While the paper concludes that the ability to generate hypotheses is unrelated to learning from few-shot examples, it fails to suggest future directions or solutions to address this gap. This omission may limit the paper's impact on advancing the field's understanding of integrating these capabilities.

作者回复

Thanks for your comments! See below for response:

While the paper concludes that the ability to generate hypotheses is unrelated to learning from few-shot examples, it fails to suggest future directions or solutions to address this gap. This omission may limit the paper's impact on advancing the field's understanding of integrating these capabilities.

We definitely agree with the need to further investigate the results in more domains and examine the broader applicability of the findings. However, we also emphasize that this is the first paper to examine the relationship between these different avenues of reasoning, and thus we emphasized two controlled domains, linear functions and simple translation, in order to obtain more clear-cut and verifiable results. This is akin to the papers examining the expressivity of in-context learning starting with examining linear functions, rather than complex and varied domains, in which results may be unclear for a variety of reasons related to the domain – we did include a real-life task of Kalamang translation, in which we did not see benefits to instruction inference, unlike the first two domains, likely due to a breakdown in hypothesis proposal. Since we have now examined simple domains and have clear results for these simple domains, this makes it easier for future work to build on these results and examine more varied domains while keeping in mind the pieces of the reasoning loop as individual components.

One potential idea is self-consistency training, which could be a form of instruction tuning. For instance, we could use few-shot examples with underlying rules which can be expressed through natural language or code, and have the LM generate both an answer and explanatory rule separately.
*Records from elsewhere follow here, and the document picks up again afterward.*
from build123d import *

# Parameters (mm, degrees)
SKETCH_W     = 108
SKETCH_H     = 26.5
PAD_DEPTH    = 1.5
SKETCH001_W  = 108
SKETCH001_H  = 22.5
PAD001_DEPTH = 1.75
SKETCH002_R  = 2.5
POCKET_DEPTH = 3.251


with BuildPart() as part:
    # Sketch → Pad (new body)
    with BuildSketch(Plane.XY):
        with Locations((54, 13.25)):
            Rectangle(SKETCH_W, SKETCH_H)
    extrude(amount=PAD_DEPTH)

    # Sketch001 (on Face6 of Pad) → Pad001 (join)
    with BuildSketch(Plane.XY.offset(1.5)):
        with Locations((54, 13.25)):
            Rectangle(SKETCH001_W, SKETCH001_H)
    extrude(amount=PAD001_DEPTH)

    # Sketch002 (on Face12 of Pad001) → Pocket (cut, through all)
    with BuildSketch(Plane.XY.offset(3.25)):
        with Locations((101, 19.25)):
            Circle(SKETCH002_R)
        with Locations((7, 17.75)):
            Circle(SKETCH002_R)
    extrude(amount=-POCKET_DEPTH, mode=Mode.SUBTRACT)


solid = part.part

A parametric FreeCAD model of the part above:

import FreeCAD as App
import Part
import Sketcher

V = App.Vector
Q = App.Units.Quantity


def add_polygon(sketch, points):
    """Adds a closed chain of lines whose ends are joined by coincident constraints."""
    first, n = sketch.GeometryCount, len(points)
    for a, b in zip(points, points[1:] + points[:1]):
        sketch.addGeometry(Part.LineSegment(App.Vector(*a, 0), App.Vector(*b, 0)), False)
    for i in range(n):
        sketch.addConstraint(Sketcher.Constraint("Coincident", first + i, 2, first + (i + 1) % n, 1))

doc = App.newDocument("Part")
body = doc.addObject("PartDesign::Body", "Body")

sketch1 = body.newObject("Sketcher::SketchObject", "Sketch")
sketch1.AttachmentSupport = (doc.getObject("XY_Plane"), [""])
sketch1.MapMode = "FlatFace"
add_polygon(sketch1, [(0, 26), (0, 0), (108, 0), (108, 26)])
sketch1.addConstraint(Sketcher.Constraint("Vertical", 0))
sketch1.addConstraint(Sketcher.Constraint("Horizontal", 1))
sketch1.addConstraint(Sketcher.Constraint("Vertical", 2))
sketch1.addConstraint(Sketcher.Constraint("Horizontal", 3))
sketch1.addConstraint(Sketcher.Constraint("Coincident", 0, 2, -1, 1))
sketch1.addConstraint(Sketcher.Constraint("DistanceX", 1, 1, 1, 2, Q("108 mm")))
sketch1.addConstraint(Sketcher.Constraint("DistanceY", 0, 2, 0, 1, Q("26.5 mm")))
pad1 = body.newObject("PartDesign::Pad", "Pad")
pad1.Profile = sketch1
pad1.Length = 1.5

sketch2 = body.newObject("Sketcher::SketchObject", "Sketch001")
sketch2.AttachmentSupport = (doc.getObject("XY_Plane"), [""])
sketch2.MapMode = "FlatFace"
sketch2.AttachmentOffset = App.Placement(V(0, 0, 1.5), App.Rotation())
add_polygon(sketch2, [(0, 24), (0, 2), (108, 2), (108, 24)])
sketch2.addConstraint(Sketcher.Constraint("Vertical", 0))
sketch2.addConstraint(Sketcher.Constraint("Horizontal", 1))
sketch2.addConstraint(Sketcher.Constraint("Vertical", 2))
sketch2.addConstraint(Sketcher.Constraint("Horizontal", 3))
sketch2.addConstraint(Sketcher.Constraint("PointOnObject", 0, 2, -2))
sketch2.addConstraint(Sketcher.Constraint("DistanceX", 1, 1, 1, 2, Q("108 mm")))
sketch2.addConstraint(Sketcher.Constraint("DistanceY", 0, 2, 0, 1, Q("22.5 mm")))
sketch2.addConstraint(Sketcher.Constraint("DistanceY", -1, 1, 0, 2, Q("2 mm")))
pad2 = body.newObject("PartDesign::Pad", "Pad001")
pad2.Profile = sketch2
pad2.Length = 1.75

sketch3 = body.newObject("Sketcher::SketchObject", "Sketch002")
sketch3.AttachmentSupport = (doc.getObject("XY_Plane"), [""])
sketch3.MapMode = "FlatFace"
sketch3.AttachmentOffset = App.Placement(V(0, 0, 3.25), App.Rotation())
sketch3.addGeometry(Part.Circle(V(101, 19.2, 0), V(0, 0, 1), 2.5), False)
sketch3.addGeometry(Part.Circle(V(7, 17.8, 0), V(0, 0, 1), 2.5), False)
sketch3.addConstraint(Sketcher.Constraint("Equal", 0, 1))
sketch3.addConstraint(Sketcher.Constraint("Diameter", 0, Q("5 mm")))
sketch3.addConstraint(Sketcher.Constraint("DistanceX", -1, 1, 0, 3, Q("101 mm")))
sketch3.addConstraint(Sketcher.Constraint("DistanceX", -1, 1, 1, 3, Q("7 mm")))
sketch3.addConstraint(Sketcher.Constraint("DistanceY", 1, 3, 0, 3, Q("1.5 mm")))
sketch3.addConstraint(Sketcher.Constraint("DistanceY", -1, 1, 0, 3, Q("19.25 mm")))
pocket1 = body.newObject("PartDesign::Pocket", "Pocket")
pocket1.Profile = sketch3
pocket1.Type = "ThroughAll"

doc.recompute()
We can then have a combined loss, a generative loss which is the usual cross-entropy on the answer tokens (with multiple x_is tested for a single rule), and a consistency loss which penalizes the loss incurred by applying the generated rule to the answers generated by the model. We can certainly add more discussion of potential research directions and applications to the conclusion as part of future work.

评论

I agree with Reviewer zPDQ that the contributions in the paper seem overclaimed. A title such as "Investigating Instruction Following, Few-Shot Learning, and Instruction Inference..." would be more appropriate.

最终决定

This paper received two lukewarm and two strong reviews. Based on my reading of the reviews and paper, among the strengths and weaknnesses, I believe the following are relevant:

Strengths:

  • The reviewers agreed the problem is well-motivated, and found the paper innovative, interesting, and well-written.

Weaknesses:

  • The title is an overstatement (WMHL, z3T2; cf also statement by zPDQ). This is easy to fix: The authors are urged to consider more accurate titles, such as the suggestion by reviewer z3T2.
  • While the tasks are diverse (linear functions, artificial languages, Kalamang translation) are quite diverse, the set of tasks is still limited (WMHL).
  • No generalizable knowledge (zPDQ) or meaningful takeaways for future work (WMHL, z3T2) are derived from the results. The authors counter that identifying empirical results itself is valuable.

Overall, I concur with the reviewers in an overall positive assessment, and believe the paper meets the high standards of this conference.

[comment from PCs] Please consider the title suggestions of the AC and reviewers.